業務提携
業務提携とは複数の企業が互いの強みを活かし、弱みをカバーし合うことで更なる企業成長や市場シェアの拡大、将来ビジョンの実現などを目指すことです。ビジネスシーンでは企業同士の関係性や業務提携契約そのものを指す言葉として使用されています。当記事では、業務提携による効果の最大化とリスクの最小化を実現させるために必要となる情報やノウハウを、業務提携の意味や資本提携との違い、種類、メリットとデメリット、進め方、注意点やポイントなどの項目に整理して分かりやすく説明いたします。
業務提携の意味とは
業務提携とは、複数の企業の間で業務提携契約を結ぶことによって構築される業務上の協力関係のことです。
業務提携契約を結ぶ際には、双方の利益の保護を目的として業務提携契約書が作成されます。
業務提携は事業内容や事業規模を問わず、あらゆる企業で実施することができます。
また、業務提携を通じて他企業の技術やノウハウ、人材、販売経路などの経営資源を活用することで、自社の弱みをネックに感じることなく、強みを最大限に活かしたビジネス展開を行うことが可能となります。
業務提携の英語表現
一般的に業務提携というビジネス用語は英語で以下のように表現されています。
- business alliance
- business collaboration
- business partnership
- business tie-up
これらの表現は業務提携を結ぶ企業間の関係性や提携内容によって適宜使い分けられています。

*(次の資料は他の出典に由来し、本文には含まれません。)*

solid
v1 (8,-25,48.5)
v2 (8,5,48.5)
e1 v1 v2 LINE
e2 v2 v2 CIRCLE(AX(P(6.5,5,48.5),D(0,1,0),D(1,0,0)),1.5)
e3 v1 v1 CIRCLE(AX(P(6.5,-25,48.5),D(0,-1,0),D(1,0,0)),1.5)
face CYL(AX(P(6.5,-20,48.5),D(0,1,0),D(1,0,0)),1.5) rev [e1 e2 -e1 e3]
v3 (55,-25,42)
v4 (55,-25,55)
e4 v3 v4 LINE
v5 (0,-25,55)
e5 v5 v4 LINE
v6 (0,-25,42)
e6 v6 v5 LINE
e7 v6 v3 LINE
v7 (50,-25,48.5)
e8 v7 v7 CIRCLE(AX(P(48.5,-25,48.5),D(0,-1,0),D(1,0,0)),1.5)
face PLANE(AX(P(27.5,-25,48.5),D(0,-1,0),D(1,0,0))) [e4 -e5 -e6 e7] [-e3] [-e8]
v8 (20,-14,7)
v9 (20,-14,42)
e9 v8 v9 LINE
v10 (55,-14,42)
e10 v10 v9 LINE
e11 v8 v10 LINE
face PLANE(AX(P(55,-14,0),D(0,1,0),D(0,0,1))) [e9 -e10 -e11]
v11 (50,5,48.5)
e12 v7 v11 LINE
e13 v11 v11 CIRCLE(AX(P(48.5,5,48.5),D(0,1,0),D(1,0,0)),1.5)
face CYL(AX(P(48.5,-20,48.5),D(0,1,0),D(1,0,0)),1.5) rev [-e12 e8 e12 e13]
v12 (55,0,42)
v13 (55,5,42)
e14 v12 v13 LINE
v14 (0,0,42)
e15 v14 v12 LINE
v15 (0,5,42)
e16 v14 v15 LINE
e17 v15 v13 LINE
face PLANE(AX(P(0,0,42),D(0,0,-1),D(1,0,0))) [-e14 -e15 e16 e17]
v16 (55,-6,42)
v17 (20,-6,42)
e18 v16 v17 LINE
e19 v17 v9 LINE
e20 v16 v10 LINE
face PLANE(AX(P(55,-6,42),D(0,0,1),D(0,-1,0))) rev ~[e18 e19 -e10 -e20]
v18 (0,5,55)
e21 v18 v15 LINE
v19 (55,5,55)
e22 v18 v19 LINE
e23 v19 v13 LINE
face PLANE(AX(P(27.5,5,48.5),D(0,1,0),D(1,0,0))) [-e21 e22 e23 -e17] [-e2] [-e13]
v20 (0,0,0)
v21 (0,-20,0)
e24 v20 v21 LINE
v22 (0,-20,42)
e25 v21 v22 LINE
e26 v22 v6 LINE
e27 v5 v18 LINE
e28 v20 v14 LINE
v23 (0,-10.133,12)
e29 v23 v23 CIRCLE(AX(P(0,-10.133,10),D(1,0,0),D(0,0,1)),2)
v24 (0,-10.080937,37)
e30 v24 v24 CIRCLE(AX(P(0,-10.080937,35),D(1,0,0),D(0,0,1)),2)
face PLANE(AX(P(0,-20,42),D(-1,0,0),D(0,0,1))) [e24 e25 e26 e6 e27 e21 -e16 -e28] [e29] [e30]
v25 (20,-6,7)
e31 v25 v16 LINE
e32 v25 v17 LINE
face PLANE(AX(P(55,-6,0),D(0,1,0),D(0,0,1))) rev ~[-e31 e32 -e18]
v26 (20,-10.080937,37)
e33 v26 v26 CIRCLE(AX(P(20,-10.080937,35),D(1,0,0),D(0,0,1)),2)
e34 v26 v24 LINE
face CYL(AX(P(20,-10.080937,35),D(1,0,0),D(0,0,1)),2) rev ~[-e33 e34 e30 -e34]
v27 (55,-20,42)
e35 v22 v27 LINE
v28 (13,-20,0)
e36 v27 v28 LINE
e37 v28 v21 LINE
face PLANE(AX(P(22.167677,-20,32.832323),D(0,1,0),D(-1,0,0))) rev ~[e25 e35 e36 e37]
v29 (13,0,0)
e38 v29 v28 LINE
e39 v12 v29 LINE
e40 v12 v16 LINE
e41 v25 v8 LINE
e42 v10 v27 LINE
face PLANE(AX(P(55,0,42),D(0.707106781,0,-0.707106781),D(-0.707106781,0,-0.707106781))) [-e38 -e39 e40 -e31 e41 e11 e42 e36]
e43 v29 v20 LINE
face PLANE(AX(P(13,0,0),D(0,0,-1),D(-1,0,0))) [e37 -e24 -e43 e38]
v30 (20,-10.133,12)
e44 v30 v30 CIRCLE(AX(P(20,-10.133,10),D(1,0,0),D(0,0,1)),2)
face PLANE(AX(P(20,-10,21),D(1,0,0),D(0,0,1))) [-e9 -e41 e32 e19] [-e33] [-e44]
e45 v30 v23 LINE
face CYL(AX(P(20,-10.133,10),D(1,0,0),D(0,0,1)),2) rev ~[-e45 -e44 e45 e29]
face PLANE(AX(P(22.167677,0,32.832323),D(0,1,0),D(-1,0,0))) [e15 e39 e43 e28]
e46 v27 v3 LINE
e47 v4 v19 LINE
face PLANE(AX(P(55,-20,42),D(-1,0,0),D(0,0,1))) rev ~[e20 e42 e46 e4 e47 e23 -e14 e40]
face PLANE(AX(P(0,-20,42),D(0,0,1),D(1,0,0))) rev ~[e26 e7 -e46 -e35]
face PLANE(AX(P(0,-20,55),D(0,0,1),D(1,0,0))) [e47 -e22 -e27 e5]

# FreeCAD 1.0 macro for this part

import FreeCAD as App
import Part
import Sketcher
from FreeCAD import Vector
Q = App.Units.Quantity

doc = App.newDocument("Part")
body = doc.addObject("PartDesign::Body", "Body")

# Sketch on XZ plane
sketch1 = body.newObject("Sketcher::SketchObject", "Sketch")
sketch1.AttachmentSupport = (doc.getObject("XZ_Plane"), [""])
sketch1.MapMode = "FlatFace"
sketch1.addGeometry([
    Part.LineSegment(Vector(0, 55, 0), Vector(0, 0, 0)),  # 0
    Part.LineSegment(Vector(0, 0, 0), Vector(13, 0, 0)),  # 1
    Part.LineSegment(Vector(13, 0, 0), Vector(55, 42, 0)),  # 2
    Part.LineSegment(Vector(55, 42, 0), Vector(55, 55, 0)),  # 3
    Part.LineSegment(Vector(55, 55, 0), Vector(0, 55, 0)),  # 4
], False)
sketch1.addConstraint([
    Sketcher.Constraint("Coincident", 0, 2, 1, 1),
    Sketcher.Constraint("Coincident", 1, 2, 2, 1),
    Sketcher.Constraint("Coincident", 2, 2, 3, 1),
    Sketcher.Constraint("Coincident", 3, 2, 4, 1),
    Sketcher.Constraint("Coincident", 4, 2, 0, 1),
    Sketcher.Constraint("Vertical", 0),
    Sketcher.Constraint("Horizontal", 1),
    Sketcher.Constraint("Vertical", 3),
    Sketcher.Constraint("Horizontal", 4),
    Sketcher.Constraint("Coincident", 0, 2, -1, 1),
    Sketcher.Constraint("Equal", 4, 0),
    Sketcher.Constraint("Equal", 1, 3),
    Sketcher.Constraint("DistanceX", 1, 1, 1, 2, Q("13 mm")),
    Sketcher.Constraint("DistanceX", 4, 2, 4, 1, Q("55 mm")),
])
pad1 = body.newObject("PartDesign::Pad", "Pad")
pad1.Profile = sketch1
pad1.Length = 20

# Sketch on YZ plane
sketch2 = body.newObject("Sketcher::SketchObject", "Sketch001")
sketch2.AttachmentSupport = (doc.getObject("YZ_Plane"), [""])
sketch2.MapMode = "FlatFace"
sketch2.AttachmentOffset = App.Placement(Vector(0, 0, 55), App.Rotation())
sketch2.addGeometry([
    Part.LineSegment(Vector(-14, 0, 0), Vector(-6, 0, 0)),
    Part.LineSegment(Vector(-6, 0, 0), Vector(-6, 42, 0)),
    Part.LineSegment(Vector(-6, 42, 0), Vector(-14, 42, 0)),
    Part.LineSegment(Vector(-14, 42, 0), Vector(-14, 0, 0)),
], False)
sketch2.addConstraint([
    Sketcher.Constraint("Coincident", 0, 2, 1, 1),
    Sketcher.Constraint("Coincident", 1, 2, 2, 1),
    Sketcher.Constraint("Coincident", 2, 2, 3, 1),
    Sketcher.Constraint("Coincident", 3, 2, 0, 1),
    Sketcher.Constraint("Horizontal", 0),
    Sketcher.Constraint("Vertical", 1),
    Sketcher.Constraint("Horizontal", 2),
    Sketcher.Constraint("Vertical", 3),
    Sketcher.Constraint("PointOnObject", 0, 2, -1),
    Sketcher.Constraint("DistanceX", 0, 1, 0, 2, Q("8 mm")),
    Sketcher.Constraint("DistanceY", 1, 1, 1, 2, Q("42 mm")),
    Sketcher.Constraint("DistanceX", 0, 2, -1, 1, Q("6 mm")),
])
pocket1 = body.newObject("PartDesign::Pocket", "Pocket")
pocket1.Profile = sketch2
pocket1.Length = 35

# Sketch on YZ plane
sketch3 = body.newObject("Sketcher::SketchObject", "Sketch002")
sketch3.AttachmentSupport = (doc.getObject("YZ_Plane"), [""])
sketch3.MapMode = "FlatFace"
sketch3.AttachmentOffset = App.Placement(Vector(0, 0, 20), App.Rotation())
sketch3.addGeometry([
    Part.Circle(Vector(-10.1, 10, 0), Vector(0, 0, 1), 2),
    Part.Circle(Vector(-10.1, 35, 0), Vector(0, 0, 1), 2),
], False)
sketch3.addConstraint([
    Sketcher.Constraint("Equal", 0, 1),
    Sketcher.Constraint("Diameter", 0, Q("4 mm")),
    Sketcher.Constraint("DistanceY", -1, 1, 0, 3, Q("10 mm")),
    Sketcher.Constraint("DistanceY", -1, 1, 1, 3, Q("35 mm")),
    Sketcher.Constraint("DistanceX", 0, 3, -1, 1, Q("10.133 mm")),
    Sketcher.Constraint("DistanceX", 1, 3, -1, 1, Q("10.080937 mm")),
])
pocket2 = body.newObject("PartDesign::Pocket", "Pocket001")
pocket2.Profile = sketch3
pocket2.Length = 25

# Sketch on XZ plane
sketch4 = body.newObject("Sketcher::SketchObject", "Sketch003")
sketch4.AttachmentSupport = (doc.getObject("XZ_Plane"), [""])
sketch4.MapMode = "FlatFace"
sketch4.AttachmentOffset = App.Placement(Vector(0, 0, 20), App.Rotation())
sketch4.addGeometry([
    Part.Circle(Vector(6.5, 48.5, 0), Vector(0, 0, 1), 1.5),
    Part.Circle(Vector(48.5, 48.5, 0), Vector(0, 0, 1), 1.5),
], False)
sketch4.addConstraint([
    Sketcher.Constraint("Equal", 0, 1),
    Sketcher.Constraint("Horizontal", 0, 3, 1, 3),
    Sketcher.Constraint("Diameter", 0, Q("3 mm")),
    Sketcher.Constraint("DistanceX", 0, 3, 1, 3, Q("42 mm")),
    Sketcher.Constraint("DistanceX", -1, 1, 0, 3, Q("6.5 mm")),
    Sketcher.Constraint("DistanceY", -1, 1, 0, 3, Q("48.5 mm")),
])
pocket3 = body.newObject("PartDesign::Pocket", "Pocket002")
pocket3.Profile = sketch4
pocket3.Length = 25

# Sketch on XZ plane
sketch5 = body.newObject("Sketcher::SketchObject", "Sketch004")
sketch5.AttachmentSupport = (doc.getObject("XZ_Plane"), [""])
sketch5.MapMode = "FlatFace"
sketch5.addGeometry([
    Part.LineSegment(Vector(0, 42, 0), Vector(0, 55, 0)),  # 0
    Part.LineSegment(Vector(0, 55, 0), Vector(55, 55, 0)),  # 1
    Part.LineSegment(Vector(55, 55, 0), Vector(55, 42, 0)),  # 2
    Part.LineSegment(Vector(55, 42, 0), Vector(0, 42, 0)),  # 3
    Part.Circle(Vector(6.5, 48.5, 0), Vector(0, 0, 1), 1.5),  # 4
    Part.Circle(Vector(48.5, 48.5, 0), Vector(0, 0, 1), 1.5),  # 5
], False)
sketch5.addConstraint([
    Sketcher.Constraint("Coincident", 0, 2, 1, 1),
    Sketcher.Constraint("Coincident", 1, 2, 2, 1),
    Sketcher.Constraint("Coincident", 2, 2, 3, 1),
    Sketcher.Constraint("Coincident", 3, 2, 0, 1),
    Sketcher.Constraint("Vertical", 0),
    Sketcher.Constraint("Horizontal", 1),
    Sketcher.Constraint("Vertical", 2),
    Sketcher.Constraint("Horizontal", 3),
    Sketcher.Constraint("Equal", 4, 5),
    Sketcher.Constraint("PointOnObject", 0, 2, -2),
    Sketcher.Constraint("Horizontal", 4, 3, 5, 3),
    Sketcher.Constraint("Diameter", 4, Q("3 mm")),
    Sketcher.Constraint("DistanceX", 1, 1, 1, 2, Q("55 mm")),
    Sketcher.Constraint("DistanceY", 0, 1, 0, 2, Q("13 mm")),
    Sketcher.Constraint("DistanceY", -1, 1, 0, 2, Q("55 mm")),
    Sketcher.Constraint("DistanceX", 4, 3, 5, 3, Q("42 mm")),
    Sketcher.Constraint("DistanceX", -1, 1, 4, 3, Q("6.5 mm")),
    Sketcher.Constraint("DistanceY", -1, 1, 4, 3, Q("48.5 mm")),
])
pad2 = body.newObject("PartDesign::Pad", "Pad001")
pad2.Profile = sketch5
pad2.Length = 5
pad2.Reversed = True

# Sketch on XZ plane
sketch6 = body.newObject("Sketcher::SketchObject", "Sketch005")
sketch6.AttachmentSupport = (doc.getObject("XZ_Plane"), [""])
sketch6.MapMode = "FlatFace"
sketch6.AttachmentOffset = App.Placement(Vector(0, 0, 20), App.Rotation())
sketch6.addGeometry([
    Part.LineSegment(Vector(0, 55, 0), Vector(0, 42, 0)),  # 0
    Part.LineSegment(Vector(0, 42, 0), Vector(55, 42, 0)),  # 1
    Part.LineSegment(Vector(55, 42, 0), Vector(55, 55, 0)),  # 2
    Part.LineSegment(Vector(55, 55, 0), Vector(0, 55, 0)),  # 3
    Part.Circle(Vector(6.5, 48.5, 0), Vector(0, 0, 1), 1.5),  # 4
    Part.Circle(Vector(48.5, 48.5, 0), Vector(0, 0, 1), 1.5),  # 5
], False)
sketch6.addConstraint([
    Sketcher.Constraint("Coincident", 0, 2, 1, 1),
    Sketcher.Constraint("Coincident", 1, 2, 2, 1),
    Sketcher.Constraint("Coincident", 2, 2, 3, 1),
    Sketcher.Constraint("Coincident", 3, 2, 0, 1),
    Sketcher.Constraint("Vertical", 0),
    Sketcher.Constraint("Horizontal", 1),
    Sketcher.Constraint("Vertical", 2),
    Sketcher.Constraint("Horizontal", 3),
    Sketcher.Constraint("Equal", 4, 5),
    Sketcher.Constraint("PointOnObject", 0, 2, -2),
    Sketcher.Constraint("Horizontal", 4, 3, 5, 3),
    Sketcher.Constraint("Diameter", 4, Q("3 mm")),
    Sketcher.Constraint("DistanceX", 1, 1, 1, 2, Q("55 mm")),
    Sketcher.Constraint("DistanceY", 0, 2, 0, 1, Q("13 mm")),
    Sketcher.Constraint("DistanceY", -1, 1, 0, 2, Q("42 mm")),
    Sketcher.Constraint("DistanceX", 4, 3, 5, 3, Q("42 mm")),
    Sketcher.Constraint("DistanceX", -1, 1, 4, 3, Q("6.5 mm")),
    Sketcher.Constraint("DistanceY", -1, 1, 4, 3, Q("48.5 mm")),
])
pad3 = body.newObject("PartDesign::Pad", "Pad002")
pad3.Profile = sketch6
pad3.Length = 5

doc.recompute()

また、日本国内においても『業務提携』の別表現としてアライアンスやコラボレーション、パートナーシップ、タイアップなど、それぞれのカタカナ語が用いられることがあります。
業務提携による提携内容の一例
業務提携による提携内容の一例として以下のようなものがあげられます。
- 専門的知識や高度な技術、ノウハウの習得を目的とした人材交流
- 原材料や部品パーツ、備品、消耗品などの共同仕入れ
- 生産者やメーカー、問屋など、仕入れルートや販売チャネルの共同開拓
- 物流の共同化
- 技術支援や技術提供、共同による技術開発
- 新商品や新サービスの共同開発
- イベント企画や社員研修、勉強会の共同開催
資本提携との違い
業務提携と非常に関連の深いビジネス用語に資本提携というものがあります。
業務提携を正しく理解するためには、資本提携との違いについても知っておかなければなりません。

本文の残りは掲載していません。